Fringe (2008)

Amateurs de science-fiction réaliste, passez votre chemin. Fringe c’est une série dans laquelle on peut communiquer avec les morts ou passer dans un univers parallèle avec une facilité déconcertante et du matériel scientifique de 30 ans d’âge trouvé au fond d’une cave. On est à la limite de la science-fiction, du fantastique et du délire narcotique – d’ailleurs dans cette série, les grandes avancées « scientifiques » se font à coup de drogues dures.

Diffusée entre 2008 et 2013, Fringe est une série farfelue et difficile à suivre. Elle est plus complexe qu’il n’y paraît au premier abord : derrière ses airs hallucinés, il s’agit en fait d’un labyrinthe, certes foutraque, mais passionnant parce qu’il ne connaît pas de limite.

Fringe jongle en permanence entre sérieux et dérision parfois hilarante. Les scénaristes créent un personnage mystérieux et effrayant – William Bell – et confient le rôle à… Leonard Nimoy, le monsieur Spock de Star Trek. Puis façonnent patiemment un grand méchant et lui donnent le nom de David Robert Jones… soit le véritable patronyme de David Bowie. Fringe sait être bouffonne mais aussi dérangeante, l’épisode pilote nous plongeant immédiatement dans une atmosphère glauque.

Pour apprécier la série, il faudra la regarder attentivement. Elle ne cesse d’ouvrir des portes et de s’entourer de toujours plus de mystères, dont certains ne trouveront d’explication que 5 saisons plus tard. Lorsque l’on commence la série, on a le sentiment de regarder des épisodes séparés mais un arc narratif se construit lentement – une mythologie.
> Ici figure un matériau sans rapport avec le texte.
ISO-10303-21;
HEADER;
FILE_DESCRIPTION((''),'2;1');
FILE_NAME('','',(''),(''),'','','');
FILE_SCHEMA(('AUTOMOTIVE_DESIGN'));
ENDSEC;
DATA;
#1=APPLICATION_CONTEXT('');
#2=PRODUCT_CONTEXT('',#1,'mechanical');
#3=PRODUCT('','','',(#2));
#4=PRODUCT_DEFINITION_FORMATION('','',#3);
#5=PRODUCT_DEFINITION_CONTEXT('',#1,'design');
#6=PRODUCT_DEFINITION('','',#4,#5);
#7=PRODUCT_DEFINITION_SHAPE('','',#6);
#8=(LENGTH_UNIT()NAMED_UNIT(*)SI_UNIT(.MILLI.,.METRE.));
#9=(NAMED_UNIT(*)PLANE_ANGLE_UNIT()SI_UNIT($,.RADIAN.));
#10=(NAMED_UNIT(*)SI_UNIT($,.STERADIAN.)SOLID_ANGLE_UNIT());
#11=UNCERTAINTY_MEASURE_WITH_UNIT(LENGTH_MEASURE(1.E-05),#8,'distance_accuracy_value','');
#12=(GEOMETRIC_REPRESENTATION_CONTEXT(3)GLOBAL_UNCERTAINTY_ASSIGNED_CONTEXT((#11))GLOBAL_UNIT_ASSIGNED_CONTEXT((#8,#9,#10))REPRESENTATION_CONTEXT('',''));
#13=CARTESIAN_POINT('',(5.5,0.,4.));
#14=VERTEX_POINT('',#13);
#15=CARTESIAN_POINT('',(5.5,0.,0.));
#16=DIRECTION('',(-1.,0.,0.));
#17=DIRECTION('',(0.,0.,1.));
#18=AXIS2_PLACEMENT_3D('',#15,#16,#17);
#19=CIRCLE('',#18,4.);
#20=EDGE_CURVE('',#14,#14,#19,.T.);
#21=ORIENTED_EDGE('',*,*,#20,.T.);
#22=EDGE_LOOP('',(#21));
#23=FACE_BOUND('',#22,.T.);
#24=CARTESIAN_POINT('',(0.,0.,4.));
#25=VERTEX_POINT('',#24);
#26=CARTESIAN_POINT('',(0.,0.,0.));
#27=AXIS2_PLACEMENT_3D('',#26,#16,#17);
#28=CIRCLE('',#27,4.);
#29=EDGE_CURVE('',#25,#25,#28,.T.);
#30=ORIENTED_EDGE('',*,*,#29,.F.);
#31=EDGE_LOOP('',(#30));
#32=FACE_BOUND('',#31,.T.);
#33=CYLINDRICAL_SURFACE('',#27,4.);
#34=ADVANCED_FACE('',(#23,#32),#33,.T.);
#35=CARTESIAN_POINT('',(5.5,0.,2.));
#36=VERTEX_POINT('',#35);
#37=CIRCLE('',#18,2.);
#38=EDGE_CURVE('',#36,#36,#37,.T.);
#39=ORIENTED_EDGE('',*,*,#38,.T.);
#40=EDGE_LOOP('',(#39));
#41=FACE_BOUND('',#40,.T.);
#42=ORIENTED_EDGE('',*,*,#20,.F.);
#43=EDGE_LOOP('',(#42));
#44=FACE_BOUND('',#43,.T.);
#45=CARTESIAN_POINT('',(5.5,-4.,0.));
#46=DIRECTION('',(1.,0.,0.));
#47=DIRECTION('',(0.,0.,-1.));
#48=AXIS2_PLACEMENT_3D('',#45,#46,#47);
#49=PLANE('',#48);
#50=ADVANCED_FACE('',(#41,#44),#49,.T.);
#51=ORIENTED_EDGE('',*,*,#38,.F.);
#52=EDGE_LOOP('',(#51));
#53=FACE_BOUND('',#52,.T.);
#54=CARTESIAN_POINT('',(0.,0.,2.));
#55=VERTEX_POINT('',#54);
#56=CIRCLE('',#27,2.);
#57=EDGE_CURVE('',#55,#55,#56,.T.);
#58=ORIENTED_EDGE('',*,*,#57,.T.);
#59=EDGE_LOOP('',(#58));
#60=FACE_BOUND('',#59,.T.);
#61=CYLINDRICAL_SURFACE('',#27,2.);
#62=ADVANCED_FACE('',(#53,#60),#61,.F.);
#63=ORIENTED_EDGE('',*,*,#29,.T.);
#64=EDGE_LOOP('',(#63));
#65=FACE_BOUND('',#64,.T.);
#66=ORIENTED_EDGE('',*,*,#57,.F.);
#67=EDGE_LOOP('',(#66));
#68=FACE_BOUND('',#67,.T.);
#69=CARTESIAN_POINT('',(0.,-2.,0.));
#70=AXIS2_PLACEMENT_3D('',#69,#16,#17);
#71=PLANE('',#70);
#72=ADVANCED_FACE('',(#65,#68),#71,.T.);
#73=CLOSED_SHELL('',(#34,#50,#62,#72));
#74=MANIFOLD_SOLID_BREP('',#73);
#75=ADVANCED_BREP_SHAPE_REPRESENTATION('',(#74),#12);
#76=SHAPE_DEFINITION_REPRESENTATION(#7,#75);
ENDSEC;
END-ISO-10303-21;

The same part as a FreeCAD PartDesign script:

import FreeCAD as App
import Part
import Sketcher

V = App.Vector


def add_polygon(sketch, points):
    """Adds a closed chain of lines whose ends are joined by coincident constraints."""
    first, n = sketch.GeometryCount, len(points)
    for a, b in zip(points, points[1:] + points[:1]):
        sketch.addGeometry(Part.LineSegment(App.Vector(*a, 0), App.Vector(*b, 0)), False)
    for i in range(n):
        sketch.addConstraint(Sketcher.Constraint("Coincident", first + i, 2, first + (i + 1) % n, 1))

doc = App.newDocument("Part")
body = doc.addObject("PartDesign::Body", "Body")

# Sketch on XY plane
sketch1 = body.newObject("Sketcher::SketchObject", "Sketch")
sketch1.AttachmentSupport = (doc.getObject("XY_Plane"), [""])
sketch1.MapMode = "FlatFace"
add_polygon(sketch1, [(0, -2), (0, -4), (5.5, -4), (5.5, -2)])  # lines 0-3
sketch1.addConstraint([
    Sketcher.Constraint("Vertical", 0),
    Sketcher.Constraint("Horizontal", 1),
    Sketcher.Constraint("Vertical", 2),
    Sketcher.Constraint("Horizontal", 3),
    Sketcher.Constraint("PointOnObject", 0, 2, -2),
    Sketcher.Constraint("DistanceY", 0, 2, 0, 1, 2.0),
    Sketcher.Constraint("DistanceX", 1, 1, 1, 2, 5.5),
    Sketcher.Constraint("DistanceY", 0, 2, -1, 1, 4.0),
])
revolution = body.newObject("PartDesign::Revolution", "Revolution")
revolution.Profile = sketch1
revolution.ReferenceAxis = (sketch1, ["H_Axis"])
revolution.Angle = 360

doc.recompute()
Alors bien sûr, la série ouvre tant de portes dans ses premières saisons, que recoller les morceaux pour en faire un récit cohérent à la fin du show s’avère problématique. Mais cela fonctionne au final plutôt bien. En grande partie grâce au talent de John Noble dans son rôle de savant fou alternativement vieillard sénile et manipulateur effrayant. Et à celui du créateur JJ Abrams, à qui l’on doit bien d’autres séries : Lost, Alias, Westworld

Fringe, dans sa façon de résoudre à moitié les énigmes, partage une certaine parenté avec Lost. Si on se contente de regarder un épisode sur deux distraitement, on risque de ne rien comprendre. Les indices sont dissimulés un peu partout, jusque dans les génériques, on est invité à participer à un jeu de piste démentiel. Certains petits détails (The Observers) ou symboles apparaissent, sans qu’on s’en rende compte, dès le début du show.

Pour résumer, j’ai adoré l’ambiance et l’arc narratif, ainsi que certains épisodes marquants comme le 16e de la 2e saison, « Peter », apogée de la série. J’ai beaucoup aimé aussi cet hommage aux codes des séries américaines type X-Files, par moment tournés en ridicule. Cependant la série est inégale. Si certains épisodes sont d’une créativité incroyable (dont un quasiment entièrement en dessin) d’autres sont plats et répétitifs. De même pour les personnages et les jeux d’acteurs, d’une profondeur parfois limitée.

Tout mis dans la balance, Fringe est néanmoins une très bonne série, qui a su se créer une mythologie, des personnages attachants et qui a su se conclure avant de perdre son intérêt. Vous l’adorerez si vous êtes capables de switcher régulièrement votre cerveau entre les modes énigme et humour.